#### Directions:
Copy each line of the entries below that contains the string "offset".

--

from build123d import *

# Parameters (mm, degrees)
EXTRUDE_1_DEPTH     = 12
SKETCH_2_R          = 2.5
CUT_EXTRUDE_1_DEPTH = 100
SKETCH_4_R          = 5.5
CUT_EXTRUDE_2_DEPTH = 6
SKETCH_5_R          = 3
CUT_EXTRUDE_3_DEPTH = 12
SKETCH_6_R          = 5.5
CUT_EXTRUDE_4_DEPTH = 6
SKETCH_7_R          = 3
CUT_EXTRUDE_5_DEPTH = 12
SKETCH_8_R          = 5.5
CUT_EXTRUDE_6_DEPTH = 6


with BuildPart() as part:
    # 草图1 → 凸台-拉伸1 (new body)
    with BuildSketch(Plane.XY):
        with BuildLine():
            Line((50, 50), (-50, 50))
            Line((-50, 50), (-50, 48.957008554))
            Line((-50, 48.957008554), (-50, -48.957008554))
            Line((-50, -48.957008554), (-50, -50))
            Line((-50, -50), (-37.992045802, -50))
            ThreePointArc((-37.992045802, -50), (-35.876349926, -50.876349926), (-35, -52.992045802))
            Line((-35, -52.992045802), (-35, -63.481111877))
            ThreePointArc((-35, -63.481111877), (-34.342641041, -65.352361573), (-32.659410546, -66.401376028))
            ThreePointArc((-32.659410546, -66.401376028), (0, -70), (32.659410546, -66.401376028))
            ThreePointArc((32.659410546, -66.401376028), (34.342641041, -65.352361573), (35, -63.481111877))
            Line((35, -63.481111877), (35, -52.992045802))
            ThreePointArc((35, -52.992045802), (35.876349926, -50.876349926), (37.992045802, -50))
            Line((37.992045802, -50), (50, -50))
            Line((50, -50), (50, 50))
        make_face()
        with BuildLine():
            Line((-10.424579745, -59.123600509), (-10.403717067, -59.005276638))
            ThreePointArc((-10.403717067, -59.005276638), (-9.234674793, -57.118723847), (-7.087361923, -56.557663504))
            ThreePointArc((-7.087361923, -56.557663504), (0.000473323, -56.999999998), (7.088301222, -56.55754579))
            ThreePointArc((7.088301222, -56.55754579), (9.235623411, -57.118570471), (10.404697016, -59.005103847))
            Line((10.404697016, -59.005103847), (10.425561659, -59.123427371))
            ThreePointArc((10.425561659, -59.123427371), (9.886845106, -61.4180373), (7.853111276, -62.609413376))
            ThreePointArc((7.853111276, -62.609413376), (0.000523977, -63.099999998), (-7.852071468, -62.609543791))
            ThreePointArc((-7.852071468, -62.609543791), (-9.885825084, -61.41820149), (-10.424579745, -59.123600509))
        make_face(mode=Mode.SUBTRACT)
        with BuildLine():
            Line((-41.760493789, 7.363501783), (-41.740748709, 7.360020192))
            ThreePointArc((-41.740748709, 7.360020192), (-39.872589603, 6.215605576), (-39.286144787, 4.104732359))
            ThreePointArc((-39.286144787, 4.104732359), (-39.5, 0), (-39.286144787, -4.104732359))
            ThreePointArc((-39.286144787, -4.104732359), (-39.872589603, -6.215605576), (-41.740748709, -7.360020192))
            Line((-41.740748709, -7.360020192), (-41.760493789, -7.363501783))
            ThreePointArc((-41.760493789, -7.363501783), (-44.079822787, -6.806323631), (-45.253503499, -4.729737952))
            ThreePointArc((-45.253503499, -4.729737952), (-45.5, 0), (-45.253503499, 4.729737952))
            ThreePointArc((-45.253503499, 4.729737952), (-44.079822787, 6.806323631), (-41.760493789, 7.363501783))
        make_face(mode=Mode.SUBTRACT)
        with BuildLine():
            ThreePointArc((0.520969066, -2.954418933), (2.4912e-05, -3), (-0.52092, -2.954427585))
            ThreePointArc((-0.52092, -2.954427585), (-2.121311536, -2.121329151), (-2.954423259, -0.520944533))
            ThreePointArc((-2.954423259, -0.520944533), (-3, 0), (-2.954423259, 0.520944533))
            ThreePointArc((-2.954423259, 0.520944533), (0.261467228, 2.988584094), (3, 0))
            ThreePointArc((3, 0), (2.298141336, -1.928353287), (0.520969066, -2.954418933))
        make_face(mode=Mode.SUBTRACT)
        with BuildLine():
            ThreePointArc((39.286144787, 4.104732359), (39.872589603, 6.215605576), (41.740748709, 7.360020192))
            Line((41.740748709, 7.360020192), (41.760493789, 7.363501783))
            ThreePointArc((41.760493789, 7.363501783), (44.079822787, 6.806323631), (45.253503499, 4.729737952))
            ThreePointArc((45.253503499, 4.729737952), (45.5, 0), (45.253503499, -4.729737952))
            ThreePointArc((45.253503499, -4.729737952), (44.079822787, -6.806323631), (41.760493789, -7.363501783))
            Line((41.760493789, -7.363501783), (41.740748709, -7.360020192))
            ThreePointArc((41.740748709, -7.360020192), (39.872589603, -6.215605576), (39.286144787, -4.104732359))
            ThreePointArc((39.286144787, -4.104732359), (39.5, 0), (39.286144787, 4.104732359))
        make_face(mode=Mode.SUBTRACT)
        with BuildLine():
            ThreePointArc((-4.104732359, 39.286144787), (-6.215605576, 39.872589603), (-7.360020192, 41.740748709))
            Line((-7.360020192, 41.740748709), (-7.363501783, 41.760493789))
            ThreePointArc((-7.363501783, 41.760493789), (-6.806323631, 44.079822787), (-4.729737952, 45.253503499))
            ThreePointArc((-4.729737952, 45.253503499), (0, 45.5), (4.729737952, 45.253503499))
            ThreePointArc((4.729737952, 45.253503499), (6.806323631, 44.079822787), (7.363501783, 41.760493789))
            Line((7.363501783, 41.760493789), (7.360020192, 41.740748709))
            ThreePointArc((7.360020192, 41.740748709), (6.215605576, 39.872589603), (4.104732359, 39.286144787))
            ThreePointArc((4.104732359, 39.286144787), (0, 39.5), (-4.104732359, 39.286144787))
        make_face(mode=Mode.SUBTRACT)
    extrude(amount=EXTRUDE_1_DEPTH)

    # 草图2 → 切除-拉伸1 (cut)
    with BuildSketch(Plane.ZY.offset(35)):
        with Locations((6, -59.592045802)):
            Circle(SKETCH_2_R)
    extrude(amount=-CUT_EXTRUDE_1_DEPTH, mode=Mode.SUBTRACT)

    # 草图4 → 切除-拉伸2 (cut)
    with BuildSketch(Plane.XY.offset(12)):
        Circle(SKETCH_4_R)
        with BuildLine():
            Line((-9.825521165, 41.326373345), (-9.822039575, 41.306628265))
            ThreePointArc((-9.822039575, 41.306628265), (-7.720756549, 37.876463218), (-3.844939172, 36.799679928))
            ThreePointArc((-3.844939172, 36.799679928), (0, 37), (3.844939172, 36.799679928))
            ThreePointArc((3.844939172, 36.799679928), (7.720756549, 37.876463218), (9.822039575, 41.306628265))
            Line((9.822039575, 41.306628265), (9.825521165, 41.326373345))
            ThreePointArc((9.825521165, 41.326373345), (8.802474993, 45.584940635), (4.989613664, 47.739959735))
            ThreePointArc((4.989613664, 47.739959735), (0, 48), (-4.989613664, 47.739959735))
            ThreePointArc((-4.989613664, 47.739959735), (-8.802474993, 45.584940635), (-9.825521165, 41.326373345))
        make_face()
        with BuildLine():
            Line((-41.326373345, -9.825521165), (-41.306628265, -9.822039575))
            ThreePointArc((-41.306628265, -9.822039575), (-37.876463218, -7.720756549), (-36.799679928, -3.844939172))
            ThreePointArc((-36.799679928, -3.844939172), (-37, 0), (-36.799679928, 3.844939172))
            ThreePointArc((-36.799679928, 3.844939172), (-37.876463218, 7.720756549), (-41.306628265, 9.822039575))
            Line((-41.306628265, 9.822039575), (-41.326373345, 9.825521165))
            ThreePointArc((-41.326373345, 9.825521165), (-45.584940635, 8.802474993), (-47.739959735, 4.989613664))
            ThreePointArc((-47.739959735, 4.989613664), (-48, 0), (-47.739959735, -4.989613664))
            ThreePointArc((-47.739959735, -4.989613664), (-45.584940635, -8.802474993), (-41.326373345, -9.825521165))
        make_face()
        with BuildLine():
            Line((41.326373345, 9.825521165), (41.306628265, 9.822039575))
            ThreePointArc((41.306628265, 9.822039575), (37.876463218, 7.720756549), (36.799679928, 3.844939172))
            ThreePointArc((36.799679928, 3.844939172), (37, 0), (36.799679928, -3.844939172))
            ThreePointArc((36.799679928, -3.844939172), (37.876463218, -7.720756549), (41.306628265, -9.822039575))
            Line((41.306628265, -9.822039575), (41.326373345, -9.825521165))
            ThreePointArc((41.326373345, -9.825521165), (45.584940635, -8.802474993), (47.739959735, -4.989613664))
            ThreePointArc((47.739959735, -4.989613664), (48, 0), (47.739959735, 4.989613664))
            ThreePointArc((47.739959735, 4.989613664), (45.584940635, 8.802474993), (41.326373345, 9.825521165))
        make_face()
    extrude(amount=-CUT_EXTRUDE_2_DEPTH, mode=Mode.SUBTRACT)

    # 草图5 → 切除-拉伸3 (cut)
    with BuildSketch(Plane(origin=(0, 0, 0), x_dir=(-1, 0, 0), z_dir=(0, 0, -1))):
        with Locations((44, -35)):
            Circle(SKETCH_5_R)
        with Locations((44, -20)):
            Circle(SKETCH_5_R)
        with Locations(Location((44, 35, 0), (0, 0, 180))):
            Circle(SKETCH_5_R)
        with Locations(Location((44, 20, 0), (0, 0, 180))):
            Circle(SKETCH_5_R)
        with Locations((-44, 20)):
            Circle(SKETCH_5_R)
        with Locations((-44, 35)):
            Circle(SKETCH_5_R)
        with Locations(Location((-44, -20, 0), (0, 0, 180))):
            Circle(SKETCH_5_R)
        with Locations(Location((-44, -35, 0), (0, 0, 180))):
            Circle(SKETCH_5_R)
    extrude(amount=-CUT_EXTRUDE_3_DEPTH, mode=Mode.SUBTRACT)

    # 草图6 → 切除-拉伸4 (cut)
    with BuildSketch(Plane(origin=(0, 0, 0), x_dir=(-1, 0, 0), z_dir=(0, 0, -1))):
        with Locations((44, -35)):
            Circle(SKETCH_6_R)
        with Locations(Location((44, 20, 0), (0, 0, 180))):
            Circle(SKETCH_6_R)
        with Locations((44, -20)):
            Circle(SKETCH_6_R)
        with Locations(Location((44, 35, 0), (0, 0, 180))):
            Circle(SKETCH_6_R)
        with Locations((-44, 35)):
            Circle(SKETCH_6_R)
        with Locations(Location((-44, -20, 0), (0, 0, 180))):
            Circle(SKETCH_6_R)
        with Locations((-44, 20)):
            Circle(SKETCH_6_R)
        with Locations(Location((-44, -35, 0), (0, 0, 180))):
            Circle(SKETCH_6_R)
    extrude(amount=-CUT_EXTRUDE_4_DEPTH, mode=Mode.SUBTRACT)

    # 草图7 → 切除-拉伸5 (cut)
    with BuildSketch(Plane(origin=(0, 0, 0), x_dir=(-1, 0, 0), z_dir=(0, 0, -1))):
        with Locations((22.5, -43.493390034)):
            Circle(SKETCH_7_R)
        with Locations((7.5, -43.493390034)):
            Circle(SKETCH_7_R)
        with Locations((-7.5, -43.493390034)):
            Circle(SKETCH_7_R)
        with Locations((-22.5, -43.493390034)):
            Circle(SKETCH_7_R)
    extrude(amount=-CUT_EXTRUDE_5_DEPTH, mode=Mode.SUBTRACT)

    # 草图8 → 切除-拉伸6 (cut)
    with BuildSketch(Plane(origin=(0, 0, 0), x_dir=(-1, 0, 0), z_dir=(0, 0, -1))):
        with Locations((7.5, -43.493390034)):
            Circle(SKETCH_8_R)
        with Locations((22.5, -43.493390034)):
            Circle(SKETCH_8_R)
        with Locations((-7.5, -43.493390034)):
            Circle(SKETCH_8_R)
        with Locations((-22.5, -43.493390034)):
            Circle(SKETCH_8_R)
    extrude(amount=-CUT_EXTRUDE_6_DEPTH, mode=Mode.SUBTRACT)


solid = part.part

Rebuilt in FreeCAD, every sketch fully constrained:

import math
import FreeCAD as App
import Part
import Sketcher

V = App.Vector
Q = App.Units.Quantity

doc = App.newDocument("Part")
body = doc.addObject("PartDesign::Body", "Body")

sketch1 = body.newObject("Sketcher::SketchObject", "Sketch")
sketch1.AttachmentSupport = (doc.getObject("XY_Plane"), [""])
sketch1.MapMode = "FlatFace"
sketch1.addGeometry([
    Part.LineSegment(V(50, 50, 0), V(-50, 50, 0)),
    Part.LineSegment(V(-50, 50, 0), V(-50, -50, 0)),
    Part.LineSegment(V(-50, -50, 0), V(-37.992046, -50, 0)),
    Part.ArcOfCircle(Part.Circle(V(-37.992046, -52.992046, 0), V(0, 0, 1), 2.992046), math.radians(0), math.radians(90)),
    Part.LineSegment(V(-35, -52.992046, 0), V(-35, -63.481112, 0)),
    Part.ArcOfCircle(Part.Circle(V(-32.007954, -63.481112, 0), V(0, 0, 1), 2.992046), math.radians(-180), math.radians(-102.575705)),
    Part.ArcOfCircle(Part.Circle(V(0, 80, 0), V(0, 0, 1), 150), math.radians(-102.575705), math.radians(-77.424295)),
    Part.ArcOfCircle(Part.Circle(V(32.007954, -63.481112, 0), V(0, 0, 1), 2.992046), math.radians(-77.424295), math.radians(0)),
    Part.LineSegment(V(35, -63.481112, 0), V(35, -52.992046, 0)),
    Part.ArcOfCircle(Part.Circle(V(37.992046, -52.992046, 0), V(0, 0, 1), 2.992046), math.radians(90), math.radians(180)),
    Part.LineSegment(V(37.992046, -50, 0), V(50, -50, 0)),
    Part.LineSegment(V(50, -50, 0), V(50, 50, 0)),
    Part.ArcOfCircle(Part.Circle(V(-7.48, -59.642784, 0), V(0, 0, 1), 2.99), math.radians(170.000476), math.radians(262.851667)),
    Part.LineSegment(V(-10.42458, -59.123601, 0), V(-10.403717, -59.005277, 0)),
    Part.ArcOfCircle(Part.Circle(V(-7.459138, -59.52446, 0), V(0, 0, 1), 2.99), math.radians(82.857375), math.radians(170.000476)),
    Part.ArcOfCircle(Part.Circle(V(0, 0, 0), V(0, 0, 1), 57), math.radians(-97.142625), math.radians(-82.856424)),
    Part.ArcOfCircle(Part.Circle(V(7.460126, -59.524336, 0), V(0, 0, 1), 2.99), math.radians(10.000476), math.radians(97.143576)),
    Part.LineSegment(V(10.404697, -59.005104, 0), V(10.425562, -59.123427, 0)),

--

#### Exercise response:
    with BuildSketch(Plane.ZY.offset(35)):
    with BuildSketch(Plane.XY.offset(12)):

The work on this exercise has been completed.